Another weekend, another USDAA trial, in Dixon this time.
Tika was an excellent girl. She stayed in a sit at the start line every time but once, when she lay down after I walked away. But the judge stopped to talk to the scribe, so I was able to put Tika back into a sit. Worked nicely! And I didn't even have to pay the judge extra.
She had lovely contacts--except for the dogwalk-up in the Grand Prix regional qualifier, which she jumped *over*. 2nd USDAA in a row where we've had a straight side-on approach to the dogwalk, and she did the same thing last time. So today I got out my pole in the yard and had her wrapping around it and onto the dogwalk like our instructor showed us in class a few months back; I never faded it when she first showed it to us and I practiced it only a little for a couple of weeks.
That'll learn me. Was discussing this with a co-student & competitor this weekend, noting how I've worked so hard on getting Tika to be able to enter the weave poles & tunnels from any direction, and she said that nowadays she figures the dogs have to be able to independently do *any* of the obstacles around the clock (that is, from any approach angle) because the challenges keep getting harder as the competitors get better. This ain't your daddy's agilitymobile!
She was focused and fast, except the down side on at least one dogwalk, where she just trotted.
She carried out over final obstacles just beautifully (which has been a problem at times where she turns and comes back to me, wasting time).
In Sat's Standard class, there were several places where she spun and and was obviously unclear about where to go next and knocked 3 bars in the process--all stupid handling things although I don't exactly remember what I did/didn't do--but she didn't get frustrated with me, kept working, didn't grab my feet or let her attention wander.
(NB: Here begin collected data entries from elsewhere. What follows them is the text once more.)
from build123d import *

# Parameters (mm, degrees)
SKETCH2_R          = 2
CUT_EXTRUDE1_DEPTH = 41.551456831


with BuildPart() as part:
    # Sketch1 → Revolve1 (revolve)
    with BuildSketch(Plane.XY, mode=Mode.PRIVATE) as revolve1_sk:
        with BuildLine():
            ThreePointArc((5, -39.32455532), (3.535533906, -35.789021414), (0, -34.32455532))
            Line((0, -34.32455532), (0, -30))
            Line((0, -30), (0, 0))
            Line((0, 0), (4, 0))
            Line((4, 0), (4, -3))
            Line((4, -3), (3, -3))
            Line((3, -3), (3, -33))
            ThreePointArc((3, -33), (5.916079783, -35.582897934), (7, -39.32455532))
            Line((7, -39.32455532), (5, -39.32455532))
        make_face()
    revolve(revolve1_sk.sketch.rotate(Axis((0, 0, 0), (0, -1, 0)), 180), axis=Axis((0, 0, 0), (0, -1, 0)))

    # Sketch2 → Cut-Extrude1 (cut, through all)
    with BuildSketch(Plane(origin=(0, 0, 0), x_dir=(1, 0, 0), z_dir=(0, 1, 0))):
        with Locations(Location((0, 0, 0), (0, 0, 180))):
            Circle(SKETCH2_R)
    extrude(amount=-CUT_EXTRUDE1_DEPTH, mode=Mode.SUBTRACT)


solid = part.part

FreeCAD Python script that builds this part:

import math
import FreeCAD as App
import Part
import Sketcher
from FreeCAD import Vector
Q = App.Units.Quantity

doc = App.newDocument("Part")
body = doc.addObject("PartDesign::Body", "Body")

# Sketch on XY plane
sketch1 = body.newObject("Sketcher::SketchObject", "Sketch")
sketch1.AttachmentSupport = (doc.getObject("XY_Plane"), [""])
sketch1.MapMode = "FlatFace"
sketch1.addGeometry(Part.ArcOfCircle(Part.Circle(Vector(0, -39.3, 0), Vector(0, 0, 1), 5), math.radians(0), math.radians(90)), False)
sketch1.addGeometry(Part.LineSegment(Vector(5, -39.3, 0), Vector(7, -39.3, 0)), False)
sketch1.addGeometry(Part.ArcOfCircle(Part.Circle(Vector(0, -39.3, 0), Vector(0, 0, 1), 7), math.radians(0), math.radians(65)), False)
sketch1.addGeometry(Part.LineSegment(Vector(3, -33, 0), Vector(3, -3, 0)), False)
sketch1.addGeometry(Part.LineSegment(Vector(3, -3, 0), Vector(4, -3, 0)), False)
sketch1.addGeometry(Part.LineSegment(Vector(4, -3, 0), Vector(4, 0, 0)), False)
sketch1.addGeometry(Part.LineSegment(Vector(4, 0, 0), Vector(0, 0, 0)), False)
sketch1.addGeometry(Part.LineSegment(Vector(0, 0, 0), Vector(0, -34.3, 0)), False)
sketch1.addConstraint(Sketcher.Constraint("Coincident", 0, 1, 1, 1))
sketch1.addConstraint(Sketcher.Constraint("Coincident", 1, 2, 2, 1))
sketch1.addConstraint(Sketcher.Constraint("Coincident", 2, 2, 3, 1))
sketch1.addConstraint(Sketcher.Constraint("Coincident", 3, 2, 4, 1))
sketch1.addConstraint(Sketcher.Constraint("Coincident", 4, 2, 5, 1))
sketch1.addConstraint(Sketcher.Constraint("Coincident", 5, 2, 6, 1))
sketch1.addConstraint(Sketcher.Constraint("Coincident", 6, 2, 7, 1))
sketch1.addConstraint(Sketcher.Constraint("Coincident", 7, 2, 0, 2))
sketch1.addConstraint(Sketcher.Constraint("Horizontal", 1))
sketch1.addConstraint(Sketcher.Constraint("Vertical", 3))
sketch1.addConstraint(Sketcher.Constraint("Horizontal", 4))
sketch1.addConstraint(Sketcher.Constraint("Vertical", 5))
sketch1.addConstraint(Sketcher.Constraint("Horizontal", 6))
sketch1.addConstraint(Sketcher.Constraint("Vertical", 7))
sketch1.addConstraint(Sketcher.Constraint("Coincident", 6, 2, -1, 1))
sketch1.addConstraint(Sketcher.Constraint("Coincident", 2, 3, 0, 3))
sketch1.addConstraint(Sketcher.Constraint("PointOnObject", 0, 3, -2))
sketch1.addConstraint(Sketcher.Constraint("Horizontal", 2, 3, 0, 1))
sketch1.addConstraint(Sketcher.Constraint("Radius", 0, Q("5 mm")))
sketch1.addConstraint(Sketcher.Constraint("Radius", 2, Q("7 mm")))
sketch1.addConstraint(Sketcher.Constraint("DistanceX", 4, 1, 4, 2, Q("1 mm")))
sketch1.addConstraint(Sketcher.Constraint("DistanceX", 6, 2, 6, 1, Q("4 mm")))
sketch1.addConstraint(Sketcher.Constraint("DistanceY", 3, 1, 3, 2, Q("30 mm")))
sketch1.addConstraint(Sketcher.Constraint("DistanceY", 5, 1, 5, 2, Q("3 mm")))
revolution = body.newObject("PartDesign::Revolution", "Revolution")
revolution.Profile = sketch1
revolution.ReferenceAxis = (sketch1, ["V_Axis"])
revolution.Angle = 360

# Sketch on XZ plane
sketch2 = body.newObject("Sketcher::SketchObject", "Sketch001")
sketch2.AttachmentSupport = (doc.getObject("XZ_Plane"), [""])
sketch2.MapMode = "FlatFace"
sketch2.addGeometry(Part.Circle(Vector(0, 0, 0), Vector(0, 0, 1), 2), False)
sketch2.addConstraint(Sketcher.Constraint("Coincident", 0, 3, -1, 1))
sketch2.addConstraint(Sketcher.Constraint("Diameter", 0, Q("4 mm")))
pocket1 = body.newObject("PartDesign::Pocket", "Pocket")
pocket1.Profile = sketch2
pocket1.Type = "ThroughAll"
pocket1.Reversed = True

doc.recompute()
Other than that, she had no bars down this weekend (oh, wait, no, she had one in pairs) --
But I still couldn't get a jumpers leg! In the Grand Prix, she veered towards me as I was running towards the teeter and cut in front of me to take the tire for an off course. In her jumpers run, we had a straight-away heading for a U-shaped tunnel and she was looking at me and starting to veer towards me--I was afraid she was going to cut in front of me and take an off-course on a jump the same way she did in the GP, so I said "OUT through!", and she very nicely did a perfect out, veered *away* from me and took the wrong end of the tunnel. Sighhhh. She was still about the 3rd fastest starters dog even with the extra tunnel. And it was a *beautiful* run otherwise; I was just about heartbroken at my mistake. (You'd think someone with so many years of experience & runs & dogs wouldn't let a little jumpers run get her down...)
That's now 20 USDAA jumpers legs that have had either faults or an E. Unbelievable. I didn't realize that it had been so many!
She took 1st and Q on Sunday in Advanced standard, Starters snooker, and Starters gamblers. She took 2nd and Q Saturday in starters gamblers and Qed in pairs--5 of 8 for the weekend. BUT what I WANTED was a Q in Jumpers to get out of starters and a Q in the GP! (But she did finish her Starters Pairs & Gamblers titles, and she has 2 snooker legs, so she's almost all out of starters anyway except for jumpers.)
Really, she was a wonderful, wonderful dog this weekend.